The problem: Emit an exact copy of the lines running from the start of the records to the line containing "#14=VERTEX_POINT('',#13);", both included.

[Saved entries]
···

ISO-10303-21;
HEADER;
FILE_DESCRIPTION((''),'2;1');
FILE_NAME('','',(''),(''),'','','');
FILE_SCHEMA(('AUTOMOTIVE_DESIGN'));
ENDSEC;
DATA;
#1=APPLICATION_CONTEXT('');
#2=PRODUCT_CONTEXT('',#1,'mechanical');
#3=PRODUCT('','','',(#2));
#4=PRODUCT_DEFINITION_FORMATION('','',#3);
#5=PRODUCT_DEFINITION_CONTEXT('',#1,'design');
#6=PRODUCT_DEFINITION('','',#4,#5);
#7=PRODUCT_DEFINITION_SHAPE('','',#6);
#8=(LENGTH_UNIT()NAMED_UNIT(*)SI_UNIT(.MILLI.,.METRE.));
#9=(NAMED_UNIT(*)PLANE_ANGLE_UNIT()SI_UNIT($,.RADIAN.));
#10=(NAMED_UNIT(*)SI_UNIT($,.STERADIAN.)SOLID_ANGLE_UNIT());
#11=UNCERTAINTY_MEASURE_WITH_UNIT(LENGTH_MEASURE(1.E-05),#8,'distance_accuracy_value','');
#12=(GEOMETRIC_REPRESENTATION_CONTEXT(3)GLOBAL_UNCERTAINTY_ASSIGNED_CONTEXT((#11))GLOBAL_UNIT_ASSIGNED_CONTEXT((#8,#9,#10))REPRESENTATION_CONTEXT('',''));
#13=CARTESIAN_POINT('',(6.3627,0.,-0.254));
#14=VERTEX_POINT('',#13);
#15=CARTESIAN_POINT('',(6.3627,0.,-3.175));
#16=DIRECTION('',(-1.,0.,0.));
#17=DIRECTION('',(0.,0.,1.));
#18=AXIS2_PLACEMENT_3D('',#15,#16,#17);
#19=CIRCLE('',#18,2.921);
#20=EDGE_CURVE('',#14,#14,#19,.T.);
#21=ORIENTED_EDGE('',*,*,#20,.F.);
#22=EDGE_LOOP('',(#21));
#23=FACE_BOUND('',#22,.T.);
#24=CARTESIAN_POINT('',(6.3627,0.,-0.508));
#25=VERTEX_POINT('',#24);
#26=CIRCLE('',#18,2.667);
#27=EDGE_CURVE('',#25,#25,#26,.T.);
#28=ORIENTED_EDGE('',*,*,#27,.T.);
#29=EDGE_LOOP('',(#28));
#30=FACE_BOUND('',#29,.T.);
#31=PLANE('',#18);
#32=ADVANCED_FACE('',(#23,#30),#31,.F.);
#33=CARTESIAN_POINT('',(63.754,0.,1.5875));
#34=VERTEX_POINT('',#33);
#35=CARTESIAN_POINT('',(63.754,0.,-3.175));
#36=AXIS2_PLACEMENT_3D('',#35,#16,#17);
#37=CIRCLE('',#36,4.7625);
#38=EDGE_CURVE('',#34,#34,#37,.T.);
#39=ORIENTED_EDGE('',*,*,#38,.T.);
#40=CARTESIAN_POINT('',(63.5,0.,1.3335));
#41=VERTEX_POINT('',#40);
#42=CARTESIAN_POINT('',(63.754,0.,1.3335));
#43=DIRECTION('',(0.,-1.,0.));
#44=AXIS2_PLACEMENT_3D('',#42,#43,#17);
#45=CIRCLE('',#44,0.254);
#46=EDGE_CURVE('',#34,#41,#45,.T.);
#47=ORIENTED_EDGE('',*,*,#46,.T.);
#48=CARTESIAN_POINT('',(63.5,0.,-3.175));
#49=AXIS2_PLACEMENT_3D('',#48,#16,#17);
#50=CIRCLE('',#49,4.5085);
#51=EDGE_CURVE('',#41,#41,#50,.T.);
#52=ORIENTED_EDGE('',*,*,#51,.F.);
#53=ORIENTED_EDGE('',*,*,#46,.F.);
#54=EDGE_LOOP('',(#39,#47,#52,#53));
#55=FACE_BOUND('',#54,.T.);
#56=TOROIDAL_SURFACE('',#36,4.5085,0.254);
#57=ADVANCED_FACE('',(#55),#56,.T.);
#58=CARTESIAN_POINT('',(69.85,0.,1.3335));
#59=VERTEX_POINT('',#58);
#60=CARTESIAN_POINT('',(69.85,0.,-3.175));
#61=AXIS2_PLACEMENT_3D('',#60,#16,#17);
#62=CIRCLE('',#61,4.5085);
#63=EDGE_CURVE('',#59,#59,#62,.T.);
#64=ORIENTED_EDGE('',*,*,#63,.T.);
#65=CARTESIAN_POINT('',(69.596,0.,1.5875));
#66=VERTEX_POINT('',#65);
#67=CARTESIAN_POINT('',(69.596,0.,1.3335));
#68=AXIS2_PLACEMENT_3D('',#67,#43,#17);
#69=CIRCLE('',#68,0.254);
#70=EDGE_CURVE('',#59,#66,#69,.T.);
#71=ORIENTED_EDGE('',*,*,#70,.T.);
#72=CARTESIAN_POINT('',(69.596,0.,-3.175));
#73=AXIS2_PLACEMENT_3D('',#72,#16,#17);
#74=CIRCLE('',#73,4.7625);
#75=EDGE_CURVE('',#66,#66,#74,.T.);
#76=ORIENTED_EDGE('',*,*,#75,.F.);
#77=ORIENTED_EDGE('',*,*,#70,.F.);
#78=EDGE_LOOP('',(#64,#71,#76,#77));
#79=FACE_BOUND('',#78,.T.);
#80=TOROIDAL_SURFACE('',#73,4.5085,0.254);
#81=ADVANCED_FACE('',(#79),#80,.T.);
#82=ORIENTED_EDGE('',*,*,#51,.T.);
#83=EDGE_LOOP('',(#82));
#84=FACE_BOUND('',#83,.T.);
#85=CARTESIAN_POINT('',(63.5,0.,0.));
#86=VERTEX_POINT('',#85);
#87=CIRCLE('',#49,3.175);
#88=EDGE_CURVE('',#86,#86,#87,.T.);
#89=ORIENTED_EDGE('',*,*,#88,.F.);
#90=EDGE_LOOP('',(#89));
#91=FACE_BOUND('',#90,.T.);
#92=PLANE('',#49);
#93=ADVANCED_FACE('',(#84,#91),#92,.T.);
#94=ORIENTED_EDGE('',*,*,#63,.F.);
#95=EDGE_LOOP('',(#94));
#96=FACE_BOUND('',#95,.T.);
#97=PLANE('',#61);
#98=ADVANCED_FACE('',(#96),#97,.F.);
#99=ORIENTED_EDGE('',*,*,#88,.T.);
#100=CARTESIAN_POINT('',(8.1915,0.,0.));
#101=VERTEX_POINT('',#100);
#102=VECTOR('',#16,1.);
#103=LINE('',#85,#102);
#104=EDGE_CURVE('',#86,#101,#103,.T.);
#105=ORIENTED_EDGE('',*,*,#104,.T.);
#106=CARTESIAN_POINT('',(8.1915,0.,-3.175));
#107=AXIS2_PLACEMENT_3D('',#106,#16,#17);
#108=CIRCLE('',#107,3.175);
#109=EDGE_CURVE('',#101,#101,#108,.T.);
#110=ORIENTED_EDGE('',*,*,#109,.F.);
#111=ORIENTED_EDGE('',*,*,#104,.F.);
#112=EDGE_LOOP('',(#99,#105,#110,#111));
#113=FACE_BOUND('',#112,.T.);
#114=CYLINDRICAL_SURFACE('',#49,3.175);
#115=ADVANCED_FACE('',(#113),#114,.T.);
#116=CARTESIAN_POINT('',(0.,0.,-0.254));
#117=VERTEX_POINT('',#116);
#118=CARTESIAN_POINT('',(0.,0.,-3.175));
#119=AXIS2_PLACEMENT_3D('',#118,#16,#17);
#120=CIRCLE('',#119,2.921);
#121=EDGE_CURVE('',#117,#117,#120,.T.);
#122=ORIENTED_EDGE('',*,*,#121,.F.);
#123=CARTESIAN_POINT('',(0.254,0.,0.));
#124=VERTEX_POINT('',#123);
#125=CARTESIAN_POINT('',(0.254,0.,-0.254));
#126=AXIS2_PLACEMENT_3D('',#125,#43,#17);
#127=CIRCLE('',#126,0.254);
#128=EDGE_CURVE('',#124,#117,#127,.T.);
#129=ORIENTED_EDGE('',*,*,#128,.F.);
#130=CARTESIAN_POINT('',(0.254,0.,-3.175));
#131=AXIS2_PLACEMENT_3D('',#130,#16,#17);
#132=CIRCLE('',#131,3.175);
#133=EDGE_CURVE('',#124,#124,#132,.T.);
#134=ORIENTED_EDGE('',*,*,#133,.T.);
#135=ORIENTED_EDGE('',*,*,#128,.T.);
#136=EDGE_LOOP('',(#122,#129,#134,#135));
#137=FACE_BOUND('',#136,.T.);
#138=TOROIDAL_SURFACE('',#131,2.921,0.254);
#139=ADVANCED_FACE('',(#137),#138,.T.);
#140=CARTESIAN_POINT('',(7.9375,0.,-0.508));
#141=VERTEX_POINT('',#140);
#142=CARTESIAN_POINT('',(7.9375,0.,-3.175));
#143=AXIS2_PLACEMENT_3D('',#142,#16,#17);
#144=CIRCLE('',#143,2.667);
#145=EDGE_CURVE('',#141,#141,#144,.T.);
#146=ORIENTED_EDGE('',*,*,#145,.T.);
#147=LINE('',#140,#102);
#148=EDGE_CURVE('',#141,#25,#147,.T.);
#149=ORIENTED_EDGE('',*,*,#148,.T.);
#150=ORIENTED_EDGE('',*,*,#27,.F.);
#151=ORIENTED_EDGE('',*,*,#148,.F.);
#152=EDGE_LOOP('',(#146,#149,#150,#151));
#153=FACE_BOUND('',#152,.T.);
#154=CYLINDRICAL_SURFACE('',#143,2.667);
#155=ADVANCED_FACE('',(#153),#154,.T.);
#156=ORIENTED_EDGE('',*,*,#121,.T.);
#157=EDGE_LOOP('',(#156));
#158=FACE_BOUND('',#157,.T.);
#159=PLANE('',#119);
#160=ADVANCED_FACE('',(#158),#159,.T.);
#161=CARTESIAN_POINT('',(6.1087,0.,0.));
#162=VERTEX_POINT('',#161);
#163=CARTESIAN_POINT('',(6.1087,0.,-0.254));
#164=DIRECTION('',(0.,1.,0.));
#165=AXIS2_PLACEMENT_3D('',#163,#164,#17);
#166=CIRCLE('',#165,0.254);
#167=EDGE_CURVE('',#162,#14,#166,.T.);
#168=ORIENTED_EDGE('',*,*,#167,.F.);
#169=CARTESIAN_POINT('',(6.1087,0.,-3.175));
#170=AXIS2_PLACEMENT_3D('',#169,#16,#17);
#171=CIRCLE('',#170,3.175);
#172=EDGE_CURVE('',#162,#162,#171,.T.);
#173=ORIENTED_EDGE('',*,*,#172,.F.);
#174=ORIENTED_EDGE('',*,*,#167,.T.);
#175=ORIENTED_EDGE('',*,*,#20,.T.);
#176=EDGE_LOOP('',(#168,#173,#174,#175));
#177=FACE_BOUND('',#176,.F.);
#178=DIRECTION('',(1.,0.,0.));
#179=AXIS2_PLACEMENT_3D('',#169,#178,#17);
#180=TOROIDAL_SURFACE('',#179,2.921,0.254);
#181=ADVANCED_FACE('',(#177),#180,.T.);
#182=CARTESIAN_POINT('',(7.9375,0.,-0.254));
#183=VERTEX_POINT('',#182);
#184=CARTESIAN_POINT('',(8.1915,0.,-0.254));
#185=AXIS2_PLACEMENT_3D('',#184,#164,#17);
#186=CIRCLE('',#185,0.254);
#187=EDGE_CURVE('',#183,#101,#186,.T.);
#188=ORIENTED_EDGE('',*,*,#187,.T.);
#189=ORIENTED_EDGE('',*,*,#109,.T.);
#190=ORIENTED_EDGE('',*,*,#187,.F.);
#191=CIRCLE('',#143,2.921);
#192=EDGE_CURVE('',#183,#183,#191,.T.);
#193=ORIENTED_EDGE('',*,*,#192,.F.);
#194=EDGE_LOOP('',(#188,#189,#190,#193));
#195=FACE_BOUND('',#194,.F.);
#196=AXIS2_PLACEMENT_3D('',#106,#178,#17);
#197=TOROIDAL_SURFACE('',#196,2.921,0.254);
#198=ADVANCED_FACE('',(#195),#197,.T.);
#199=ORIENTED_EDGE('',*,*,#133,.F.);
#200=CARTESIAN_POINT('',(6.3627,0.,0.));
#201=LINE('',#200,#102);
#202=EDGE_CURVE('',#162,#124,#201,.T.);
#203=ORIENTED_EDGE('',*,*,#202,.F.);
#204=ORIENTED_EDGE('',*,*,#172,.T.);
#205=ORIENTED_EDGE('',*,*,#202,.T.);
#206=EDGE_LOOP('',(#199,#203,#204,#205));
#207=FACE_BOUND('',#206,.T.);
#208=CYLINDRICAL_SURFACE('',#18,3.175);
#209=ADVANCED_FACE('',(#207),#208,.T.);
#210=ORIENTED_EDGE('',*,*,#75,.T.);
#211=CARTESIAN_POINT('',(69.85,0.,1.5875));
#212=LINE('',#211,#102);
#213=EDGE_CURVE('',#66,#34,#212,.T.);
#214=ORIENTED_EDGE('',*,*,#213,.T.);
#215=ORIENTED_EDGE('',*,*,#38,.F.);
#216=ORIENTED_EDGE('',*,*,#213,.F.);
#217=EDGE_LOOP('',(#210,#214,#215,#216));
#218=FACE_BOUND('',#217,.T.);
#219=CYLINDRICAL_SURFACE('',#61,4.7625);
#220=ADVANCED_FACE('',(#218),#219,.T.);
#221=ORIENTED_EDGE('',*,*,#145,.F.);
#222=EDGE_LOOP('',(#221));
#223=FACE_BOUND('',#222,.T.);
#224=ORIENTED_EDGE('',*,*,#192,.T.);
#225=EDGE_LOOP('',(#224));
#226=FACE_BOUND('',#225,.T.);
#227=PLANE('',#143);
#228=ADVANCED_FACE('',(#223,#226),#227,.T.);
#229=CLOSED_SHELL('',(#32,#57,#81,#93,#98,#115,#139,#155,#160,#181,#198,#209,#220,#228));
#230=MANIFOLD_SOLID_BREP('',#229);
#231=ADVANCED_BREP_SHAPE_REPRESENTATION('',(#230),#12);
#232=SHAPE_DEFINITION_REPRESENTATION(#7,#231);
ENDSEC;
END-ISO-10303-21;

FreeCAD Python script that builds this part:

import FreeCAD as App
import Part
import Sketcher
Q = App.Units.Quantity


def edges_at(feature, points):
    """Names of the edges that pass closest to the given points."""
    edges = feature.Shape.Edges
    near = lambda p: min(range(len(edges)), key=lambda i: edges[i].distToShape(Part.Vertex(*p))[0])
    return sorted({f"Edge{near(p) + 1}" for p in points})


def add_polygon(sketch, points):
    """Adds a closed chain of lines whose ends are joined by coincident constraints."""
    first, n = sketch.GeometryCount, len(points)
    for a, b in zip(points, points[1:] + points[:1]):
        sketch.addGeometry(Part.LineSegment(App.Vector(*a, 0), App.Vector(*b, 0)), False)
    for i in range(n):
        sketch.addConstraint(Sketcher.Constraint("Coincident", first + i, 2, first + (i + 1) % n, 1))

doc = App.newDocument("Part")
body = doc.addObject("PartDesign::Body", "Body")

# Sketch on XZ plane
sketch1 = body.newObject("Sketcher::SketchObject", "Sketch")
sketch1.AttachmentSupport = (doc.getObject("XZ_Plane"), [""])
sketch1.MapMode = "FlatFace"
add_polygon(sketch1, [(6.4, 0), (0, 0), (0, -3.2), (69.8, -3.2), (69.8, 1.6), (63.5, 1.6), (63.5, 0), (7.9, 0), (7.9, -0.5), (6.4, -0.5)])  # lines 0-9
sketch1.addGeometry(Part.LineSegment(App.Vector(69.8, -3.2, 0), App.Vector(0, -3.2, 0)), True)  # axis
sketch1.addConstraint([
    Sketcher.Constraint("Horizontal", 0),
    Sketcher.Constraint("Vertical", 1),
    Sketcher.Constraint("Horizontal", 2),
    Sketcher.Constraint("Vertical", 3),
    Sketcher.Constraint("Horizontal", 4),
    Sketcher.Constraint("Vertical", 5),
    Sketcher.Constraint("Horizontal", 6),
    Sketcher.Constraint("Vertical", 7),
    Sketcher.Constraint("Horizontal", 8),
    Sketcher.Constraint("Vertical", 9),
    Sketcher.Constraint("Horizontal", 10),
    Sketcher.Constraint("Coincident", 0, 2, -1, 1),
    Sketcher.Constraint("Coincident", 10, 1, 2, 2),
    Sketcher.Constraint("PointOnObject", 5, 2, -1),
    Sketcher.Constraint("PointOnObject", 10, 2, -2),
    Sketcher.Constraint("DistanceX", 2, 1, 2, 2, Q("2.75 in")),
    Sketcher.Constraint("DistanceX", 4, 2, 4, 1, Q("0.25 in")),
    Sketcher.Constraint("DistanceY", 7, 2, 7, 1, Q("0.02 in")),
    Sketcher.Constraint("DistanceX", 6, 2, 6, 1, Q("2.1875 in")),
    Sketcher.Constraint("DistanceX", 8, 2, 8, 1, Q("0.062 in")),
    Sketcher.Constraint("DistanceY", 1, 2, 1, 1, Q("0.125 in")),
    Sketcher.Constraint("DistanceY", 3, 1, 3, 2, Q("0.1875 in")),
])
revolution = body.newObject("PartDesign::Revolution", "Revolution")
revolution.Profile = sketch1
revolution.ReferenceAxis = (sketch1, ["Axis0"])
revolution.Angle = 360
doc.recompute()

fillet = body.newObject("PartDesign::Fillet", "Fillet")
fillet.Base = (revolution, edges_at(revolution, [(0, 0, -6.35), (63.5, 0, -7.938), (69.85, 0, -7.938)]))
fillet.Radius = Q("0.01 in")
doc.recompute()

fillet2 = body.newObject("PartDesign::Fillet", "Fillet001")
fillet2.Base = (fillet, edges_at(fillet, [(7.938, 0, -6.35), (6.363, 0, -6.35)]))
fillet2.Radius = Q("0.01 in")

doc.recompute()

···

Output of the exercise:
ISO-10303-21;
HEADER;
FILE_DESCRIPTION((''),'2;1');
FILE_NAME('','',(''),(''),'','','');
FILE_SCHEMA(('AUTOMOTIVE_DESIGN'));
ENDSEC;
DATA;
#1=APPLICATION_CONTEXT('');
#2=PRODUCT_CONTEXT('',#1,'mechanical');
#3=PRODUCT('','','',(#2));
#4=PRODUCT_DEFINITION_FORMATION('','',#3);
#5=PRODUCT_DEFINITION_CONTEXT('',#1,'design');
#6=PRODUCT_DEFINITION('','',#4,#5);
#7=PRODUCT_DEFINITION_SHAPE('','',#6);
#8=(LENGTH_UNIT()NAMED_UNIT(*)SI_UNIT(.MILLI.,.METRE.));
#9=(NAMED_UNIT(*)PLANE_ANGLE_UNIT()SI_UNIT($,.RADIAN.));
#10=(NAMED_UNIT(*)SI_UNIT($,.STERADIAN.)SOLID_ANGLE_UNIT());
#11=UNCERTAINTY_MEASURE_WITH_UNIT(LENGTH_MEASURE(1.E-05),#8,'distance_accuracy_value','');
#12=(GEOMETRIC_REPRESENTATION_CONTEXT(3)GLOBAL_UNCERTAINTY_ASSIGNED_CONTEXT((#11))GLOBAL_UNIT_ASSIGNED_CONTEXT((#8,#9,#10))REPRESENTATION_CONTEXT('',''));
#13=CARTESIAN_POINT('',(6.3627,0.,-0.254));
#14=VERTEX_POINT('',#13);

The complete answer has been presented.